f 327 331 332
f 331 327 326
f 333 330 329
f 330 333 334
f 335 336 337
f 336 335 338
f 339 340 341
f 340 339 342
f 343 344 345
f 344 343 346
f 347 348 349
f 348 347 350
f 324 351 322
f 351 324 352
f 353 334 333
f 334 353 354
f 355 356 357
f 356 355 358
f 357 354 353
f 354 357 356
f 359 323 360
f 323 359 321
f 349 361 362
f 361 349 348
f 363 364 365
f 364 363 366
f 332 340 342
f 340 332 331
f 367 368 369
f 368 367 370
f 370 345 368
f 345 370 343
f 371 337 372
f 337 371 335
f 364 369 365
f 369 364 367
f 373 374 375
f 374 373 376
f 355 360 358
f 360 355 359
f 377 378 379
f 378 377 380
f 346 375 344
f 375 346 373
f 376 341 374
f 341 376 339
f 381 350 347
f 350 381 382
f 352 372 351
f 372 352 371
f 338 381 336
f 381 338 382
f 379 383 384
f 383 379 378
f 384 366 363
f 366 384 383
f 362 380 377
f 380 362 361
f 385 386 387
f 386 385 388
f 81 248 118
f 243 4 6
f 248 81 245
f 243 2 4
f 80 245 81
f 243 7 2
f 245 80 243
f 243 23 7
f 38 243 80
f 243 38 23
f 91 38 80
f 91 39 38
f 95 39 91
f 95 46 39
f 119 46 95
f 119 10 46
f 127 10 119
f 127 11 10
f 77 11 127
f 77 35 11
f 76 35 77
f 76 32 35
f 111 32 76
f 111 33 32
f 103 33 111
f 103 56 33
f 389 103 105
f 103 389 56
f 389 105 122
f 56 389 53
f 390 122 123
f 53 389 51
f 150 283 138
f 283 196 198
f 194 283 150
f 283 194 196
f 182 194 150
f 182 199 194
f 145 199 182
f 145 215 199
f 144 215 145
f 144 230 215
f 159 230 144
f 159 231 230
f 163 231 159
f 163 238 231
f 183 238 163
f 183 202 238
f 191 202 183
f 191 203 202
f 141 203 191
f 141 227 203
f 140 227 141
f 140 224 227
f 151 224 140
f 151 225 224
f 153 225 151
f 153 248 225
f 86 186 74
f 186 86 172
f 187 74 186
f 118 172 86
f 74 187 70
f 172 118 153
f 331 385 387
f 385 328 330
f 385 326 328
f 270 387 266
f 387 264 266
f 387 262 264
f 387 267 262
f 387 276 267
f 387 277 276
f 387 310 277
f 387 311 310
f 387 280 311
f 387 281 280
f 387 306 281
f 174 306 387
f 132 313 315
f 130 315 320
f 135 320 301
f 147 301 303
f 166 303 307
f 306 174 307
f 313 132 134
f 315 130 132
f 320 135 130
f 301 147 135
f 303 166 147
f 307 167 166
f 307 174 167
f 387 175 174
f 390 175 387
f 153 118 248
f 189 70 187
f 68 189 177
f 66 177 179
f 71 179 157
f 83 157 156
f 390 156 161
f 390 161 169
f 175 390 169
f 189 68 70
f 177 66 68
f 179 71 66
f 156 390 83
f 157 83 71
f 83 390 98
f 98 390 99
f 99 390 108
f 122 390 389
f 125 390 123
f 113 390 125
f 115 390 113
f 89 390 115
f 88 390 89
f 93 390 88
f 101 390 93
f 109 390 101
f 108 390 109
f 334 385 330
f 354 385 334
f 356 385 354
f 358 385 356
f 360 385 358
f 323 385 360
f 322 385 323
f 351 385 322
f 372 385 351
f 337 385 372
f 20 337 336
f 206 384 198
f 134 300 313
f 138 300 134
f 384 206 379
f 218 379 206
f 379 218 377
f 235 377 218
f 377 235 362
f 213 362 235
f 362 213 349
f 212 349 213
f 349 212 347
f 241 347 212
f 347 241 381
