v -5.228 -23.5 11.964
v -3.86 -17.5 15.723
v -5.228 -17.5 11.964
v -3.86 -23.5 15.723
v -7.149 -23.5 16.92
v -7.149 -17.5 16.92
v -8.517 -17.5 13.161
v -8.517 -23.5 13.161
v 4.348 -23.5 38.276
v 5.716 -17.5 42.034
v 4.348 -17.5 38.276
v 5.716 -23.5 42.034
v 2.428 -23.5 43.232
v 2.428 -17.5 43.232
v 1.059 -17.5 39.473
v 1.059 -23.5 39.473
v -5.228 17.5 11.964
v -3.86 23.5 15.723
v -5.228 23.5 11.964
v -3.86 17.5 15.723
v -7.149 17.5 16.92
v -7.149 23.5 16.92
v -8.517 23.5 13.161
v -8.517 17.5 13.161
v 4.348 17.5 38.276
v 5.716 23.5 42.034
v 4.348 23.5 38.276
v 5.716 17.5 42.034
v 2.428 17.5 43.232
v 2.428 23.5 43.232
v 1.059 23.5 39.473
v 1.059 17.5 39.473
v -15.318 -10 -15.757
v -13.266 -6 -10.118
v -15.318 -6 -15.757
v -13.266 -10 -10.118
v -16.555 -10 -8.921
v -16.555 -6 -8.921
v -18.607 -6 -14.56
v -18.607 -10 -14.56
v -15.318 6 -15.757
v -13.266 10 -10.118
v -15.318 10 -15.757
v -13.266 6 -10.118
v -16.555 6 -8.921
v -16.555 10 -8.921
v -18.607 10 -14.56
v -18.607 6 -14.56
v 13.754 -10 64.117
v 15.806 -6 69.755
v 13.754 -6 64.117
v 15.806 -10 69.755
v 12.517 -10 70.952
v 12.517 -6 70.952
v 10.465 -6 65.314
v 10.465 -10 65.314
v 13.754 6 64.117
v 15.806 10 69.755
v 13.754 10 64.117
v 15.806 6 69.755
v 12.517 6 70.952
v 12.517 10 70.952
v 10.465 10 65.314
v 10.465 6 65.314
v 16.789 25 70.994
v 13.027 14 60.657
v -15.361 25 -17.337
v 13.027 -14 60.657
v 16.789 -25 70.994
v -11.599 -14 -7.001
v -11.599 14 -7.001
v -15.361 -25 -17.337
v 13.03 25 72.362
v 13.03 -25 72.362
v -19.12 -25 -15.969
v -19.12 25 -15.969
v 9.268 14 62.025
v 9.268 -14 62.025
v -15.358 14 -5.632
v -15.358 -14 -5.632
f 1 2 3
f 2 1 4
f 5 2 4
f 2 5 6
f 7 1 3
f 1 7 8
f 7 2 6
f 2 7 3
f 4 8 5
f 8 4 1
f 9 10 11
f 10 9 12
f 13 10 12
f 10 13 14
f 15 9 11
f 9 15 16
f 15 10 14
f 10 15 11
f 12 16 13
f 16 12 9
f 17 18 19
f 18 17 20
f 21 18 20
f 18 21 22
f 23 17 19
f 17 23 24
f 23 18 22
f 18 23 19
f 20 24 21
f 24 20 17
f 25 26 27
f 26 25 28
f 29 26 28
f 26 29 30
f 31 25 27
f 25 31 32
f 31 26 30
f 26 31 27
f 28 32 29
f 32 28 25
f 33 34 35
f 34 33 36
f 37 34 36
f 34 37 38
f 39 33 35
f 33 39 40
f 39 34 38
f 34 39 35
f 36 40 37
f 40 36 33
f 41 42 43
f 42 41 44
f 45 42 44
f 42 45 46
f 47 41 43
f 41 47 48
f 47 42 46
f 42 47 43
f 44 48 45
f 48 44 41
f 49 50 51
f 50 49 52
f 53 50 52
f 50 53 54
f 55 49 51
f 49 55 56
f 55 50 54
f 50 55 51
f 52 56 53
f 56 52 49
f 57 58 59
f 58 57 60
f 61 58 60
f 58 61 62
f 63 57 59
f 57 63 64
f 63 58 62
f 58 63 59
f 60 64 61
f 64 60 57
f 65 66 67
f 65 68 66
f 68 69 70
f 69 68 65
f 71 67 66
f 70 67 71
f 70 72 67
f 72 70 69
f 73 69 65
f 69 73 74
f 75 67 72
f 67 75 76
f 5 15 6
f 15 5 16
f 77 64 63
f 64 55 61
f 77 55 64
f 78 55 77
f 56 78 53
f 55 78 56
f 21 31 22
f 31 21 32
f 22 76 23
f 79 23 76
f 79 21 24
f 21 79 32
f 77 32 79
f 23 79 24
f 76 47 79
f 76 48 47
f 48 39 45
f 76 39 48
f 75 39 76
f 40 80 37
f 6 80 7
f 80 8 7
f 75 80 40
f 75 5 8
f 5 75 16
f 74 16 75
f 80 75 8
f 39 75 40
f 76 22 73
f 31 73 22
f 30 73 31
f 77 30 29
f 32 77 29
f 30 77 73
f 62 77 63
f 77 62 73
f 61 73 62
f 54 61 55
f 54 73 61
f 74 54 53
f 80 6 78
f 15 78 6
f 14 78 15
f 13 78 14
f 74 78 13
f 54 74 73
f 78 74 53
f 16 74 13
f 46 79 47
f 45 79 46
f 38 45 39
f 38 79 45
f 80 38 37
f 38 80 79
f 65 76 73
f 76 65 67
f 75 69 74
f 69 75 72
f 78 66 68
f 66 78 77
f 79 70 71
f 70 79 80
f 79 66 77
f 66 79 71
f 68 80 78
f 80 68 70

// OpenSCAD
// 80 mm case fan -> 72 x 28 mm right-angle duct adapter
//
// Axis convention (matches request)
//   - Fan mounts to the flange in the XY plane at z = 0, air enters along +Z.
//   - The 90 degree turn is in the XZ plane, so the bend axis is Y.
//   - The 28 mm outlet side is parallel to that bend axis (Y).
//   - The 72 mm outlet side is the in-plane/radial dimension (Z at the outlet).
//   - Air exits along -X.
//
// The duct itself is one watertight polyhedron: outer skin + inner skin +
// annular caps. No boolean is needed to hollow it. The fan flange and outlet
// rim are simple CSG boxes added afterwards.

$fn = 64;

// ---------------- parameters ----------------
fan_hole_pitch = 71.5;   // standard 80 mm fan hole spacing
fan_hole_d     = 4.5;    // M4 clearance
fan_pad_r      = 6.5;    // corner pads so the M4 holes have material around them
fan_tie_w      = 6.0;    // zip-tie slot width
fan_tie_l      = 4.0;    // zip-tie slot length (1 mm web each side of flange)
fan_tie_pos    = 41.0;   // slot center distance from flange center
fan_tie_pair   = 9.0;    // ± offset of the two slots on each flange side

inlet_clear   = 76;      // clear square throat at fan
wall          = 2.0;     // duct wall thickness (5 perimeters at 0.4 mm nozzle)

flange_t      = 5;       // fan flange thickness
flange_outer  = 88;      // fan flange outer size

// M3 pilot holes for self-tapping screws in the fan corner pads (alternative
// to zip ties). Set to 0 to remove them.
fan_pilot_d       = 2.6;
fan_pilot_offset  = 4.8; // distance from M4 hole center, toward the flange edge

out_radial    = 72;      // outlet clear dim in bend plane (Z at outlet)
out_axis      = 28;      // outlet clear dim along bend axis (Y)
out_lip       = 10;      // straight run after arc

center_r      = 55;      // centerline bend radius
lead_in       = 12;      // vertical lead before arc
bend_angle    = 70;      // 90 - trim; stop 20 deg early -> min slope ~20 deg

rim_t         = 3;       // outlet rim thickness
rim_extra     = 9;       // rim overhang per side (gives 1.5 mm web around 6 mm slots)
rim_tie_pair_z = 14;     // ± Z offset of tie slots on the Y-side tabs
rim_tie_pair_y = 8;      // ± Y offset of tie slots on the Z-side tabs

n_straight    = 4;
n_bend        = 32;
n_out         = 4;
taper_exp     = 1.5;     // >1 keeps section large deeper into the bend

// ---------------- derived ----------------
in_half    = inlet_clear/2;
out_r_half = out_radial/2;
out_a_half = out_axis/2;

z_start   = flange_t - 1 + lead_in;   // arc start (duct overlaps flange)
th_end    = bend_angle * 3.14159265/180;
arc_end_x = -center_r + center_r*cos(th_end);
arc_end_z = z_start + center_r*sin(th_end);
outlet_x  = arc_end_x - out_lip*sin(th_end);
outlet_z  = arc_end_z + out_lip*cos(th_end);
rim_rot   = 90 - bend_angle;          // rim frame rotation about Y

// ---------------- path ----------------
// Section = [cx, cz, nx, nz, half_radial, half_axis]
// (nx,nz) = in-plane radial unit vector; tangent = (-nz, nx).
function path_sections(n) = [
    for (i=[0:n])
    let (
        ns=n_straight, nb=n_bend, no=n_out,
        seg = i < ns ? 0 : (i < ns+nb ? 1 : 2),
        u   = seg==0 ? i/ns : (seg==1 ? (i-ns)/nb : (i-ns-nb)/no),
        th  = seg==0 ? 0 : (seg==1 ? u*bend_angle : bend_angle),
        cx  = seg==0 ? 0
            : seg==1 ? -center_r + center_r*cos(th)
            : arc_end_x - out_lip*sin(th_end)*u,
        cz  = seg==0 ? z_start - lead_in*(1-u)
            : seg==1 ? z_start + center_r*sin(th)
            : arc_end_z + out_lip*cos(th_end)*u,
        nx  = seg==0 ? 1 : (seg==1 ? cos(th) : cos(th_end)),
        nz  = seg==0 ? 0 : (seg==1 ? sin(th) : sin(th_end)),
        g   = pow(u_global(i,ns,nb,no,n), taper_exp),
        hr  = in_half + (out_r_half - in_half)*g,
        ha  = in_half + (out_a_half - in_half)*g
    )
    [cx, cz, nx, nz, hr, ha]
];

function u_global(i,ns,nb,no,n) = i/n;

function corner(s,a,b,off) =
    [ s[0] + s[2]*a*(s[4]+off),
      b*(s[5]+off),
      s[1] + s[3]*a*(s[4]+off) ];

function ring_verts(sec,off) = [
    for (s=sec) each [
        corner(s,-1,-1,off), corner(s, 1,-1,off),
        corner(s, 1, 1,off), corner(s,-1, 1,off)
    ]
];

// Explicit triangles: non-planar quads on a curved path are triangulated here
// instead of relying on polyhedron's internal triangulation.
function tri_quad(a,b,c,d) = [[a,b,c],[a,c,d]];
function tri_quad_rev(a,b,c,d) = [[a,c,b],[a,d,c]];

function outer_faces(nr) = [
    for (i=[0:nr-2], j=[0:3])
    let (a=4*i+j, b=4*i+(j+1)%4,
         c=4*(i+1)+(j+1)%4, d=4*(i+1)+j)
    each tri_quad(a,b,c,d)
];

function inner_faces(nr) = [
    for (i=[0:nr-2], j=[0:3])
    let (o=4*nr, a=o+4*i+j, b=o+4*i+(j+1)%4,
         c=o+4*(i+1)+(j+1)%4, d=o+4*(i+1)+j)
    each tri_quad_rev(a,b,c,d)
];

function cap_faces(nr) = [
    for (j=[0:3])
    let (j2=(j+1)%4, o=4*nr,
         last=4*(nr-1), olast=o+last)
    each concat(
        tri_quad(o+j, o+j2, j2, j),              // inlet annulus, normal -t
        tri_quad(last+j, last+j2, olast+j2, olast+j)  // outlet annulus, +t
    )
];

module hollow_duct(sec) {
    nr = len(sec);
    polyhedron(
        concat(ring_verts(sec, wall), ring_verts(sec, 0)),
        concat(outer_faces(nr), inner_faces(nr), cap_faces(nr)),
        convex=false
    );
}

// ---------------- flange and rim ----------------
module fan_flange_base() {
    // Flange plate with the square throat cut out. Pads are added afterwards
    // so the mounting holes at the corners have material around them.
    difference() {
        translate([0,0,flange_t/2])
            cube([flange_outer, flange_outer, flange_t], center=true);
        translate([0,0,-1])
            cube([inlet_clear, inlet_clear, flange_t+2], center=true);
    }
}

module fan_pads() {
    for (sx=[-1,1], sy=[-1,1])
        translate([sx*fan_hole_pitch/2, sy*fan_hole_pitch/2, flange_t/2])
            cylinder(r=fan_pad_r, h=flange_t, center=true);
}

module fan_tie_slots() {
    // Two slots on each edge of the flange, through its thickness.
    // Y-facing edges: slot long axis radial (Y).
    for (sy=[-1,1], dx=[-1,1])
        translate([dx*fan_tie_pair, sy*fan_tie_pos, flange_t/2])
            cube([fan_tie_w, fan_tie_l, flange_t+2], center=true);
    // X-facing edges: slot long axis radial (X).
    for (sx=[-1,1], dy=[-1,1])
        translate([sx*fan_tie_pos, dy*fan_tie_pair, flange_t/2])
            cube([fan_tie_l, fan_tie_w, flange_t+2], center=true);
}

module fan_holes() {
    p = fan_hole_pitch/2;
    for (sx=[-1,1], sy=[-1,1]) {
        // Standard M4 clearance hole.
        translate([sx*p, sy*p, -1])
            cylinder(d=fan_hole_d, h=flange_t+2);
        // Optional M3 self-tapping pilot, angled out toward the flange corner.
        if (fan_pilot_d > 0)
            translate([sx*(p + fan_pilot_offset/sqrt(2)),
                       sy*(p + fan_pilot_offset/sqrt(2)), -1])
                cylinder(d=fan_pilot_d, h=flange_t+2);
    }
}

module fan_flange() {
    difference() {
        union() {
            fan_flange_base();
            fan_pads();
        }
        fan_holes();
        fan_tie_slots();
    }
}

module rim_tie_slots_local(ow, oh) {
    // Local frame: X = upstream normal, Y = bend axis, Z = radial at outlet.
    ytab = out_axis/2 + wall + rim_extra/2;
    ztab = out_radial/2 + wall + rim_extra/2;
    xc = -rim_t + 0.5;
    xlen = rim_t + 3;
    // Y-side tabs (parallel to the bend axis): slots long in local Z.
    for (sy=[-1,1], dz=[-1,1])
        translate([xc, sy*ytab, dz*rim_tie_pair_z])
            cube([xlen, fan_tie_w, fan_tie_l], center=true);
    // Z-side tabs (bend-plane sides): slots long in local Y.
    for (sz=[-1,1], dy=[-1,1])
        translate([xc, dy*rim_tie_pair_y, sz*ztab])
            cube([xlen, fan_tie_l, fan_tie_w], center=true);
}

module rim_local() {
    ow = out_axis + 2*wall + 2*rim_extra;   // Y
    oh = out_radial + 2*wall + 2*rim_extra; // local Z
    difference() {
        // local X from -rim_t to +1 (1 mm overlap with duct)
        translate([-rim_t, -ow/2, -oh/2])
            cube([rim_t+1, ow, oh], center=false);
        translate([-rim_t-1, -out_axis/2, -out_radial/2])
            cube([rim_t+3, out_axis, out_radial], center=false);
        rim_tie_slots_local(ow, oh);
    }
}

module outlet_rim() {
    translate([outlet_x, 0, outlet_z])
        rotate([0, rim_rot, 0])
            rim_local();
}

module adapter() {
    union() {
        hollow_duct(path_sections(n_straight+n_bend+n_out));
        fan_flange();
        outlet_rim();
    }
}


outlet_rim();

### Requirement:
Nothing but the lines from the top of the records down to the line with "f 371 337 372" belongs in the answer; repeat them exactly.

### Answer for this exercise:
f 327 331 332
f 331 327 326
f 333 330 329
f 330 333 334
f 335 336 337
f 336 335 338
f 339 340 341
f 340 339 342
f 343 344 345
f 344 343 346
f 347 348 349
f 348 347 350
f 324 351 322
f 351 324 352
f 353 334 333
f 334 353 354
f 355 356 357
f 356 355 358
f 357 354 353
f 354 357 356
f 359 323 360
f 323 359 321
f 349 361 362
f 361 349 348
f 363 364 365
f 364 363 366
f 332 340 342
f 340 332 331
f 367 368 369
f 368 367 370
f 370 345 368
f 345 370 343
f 371 337 372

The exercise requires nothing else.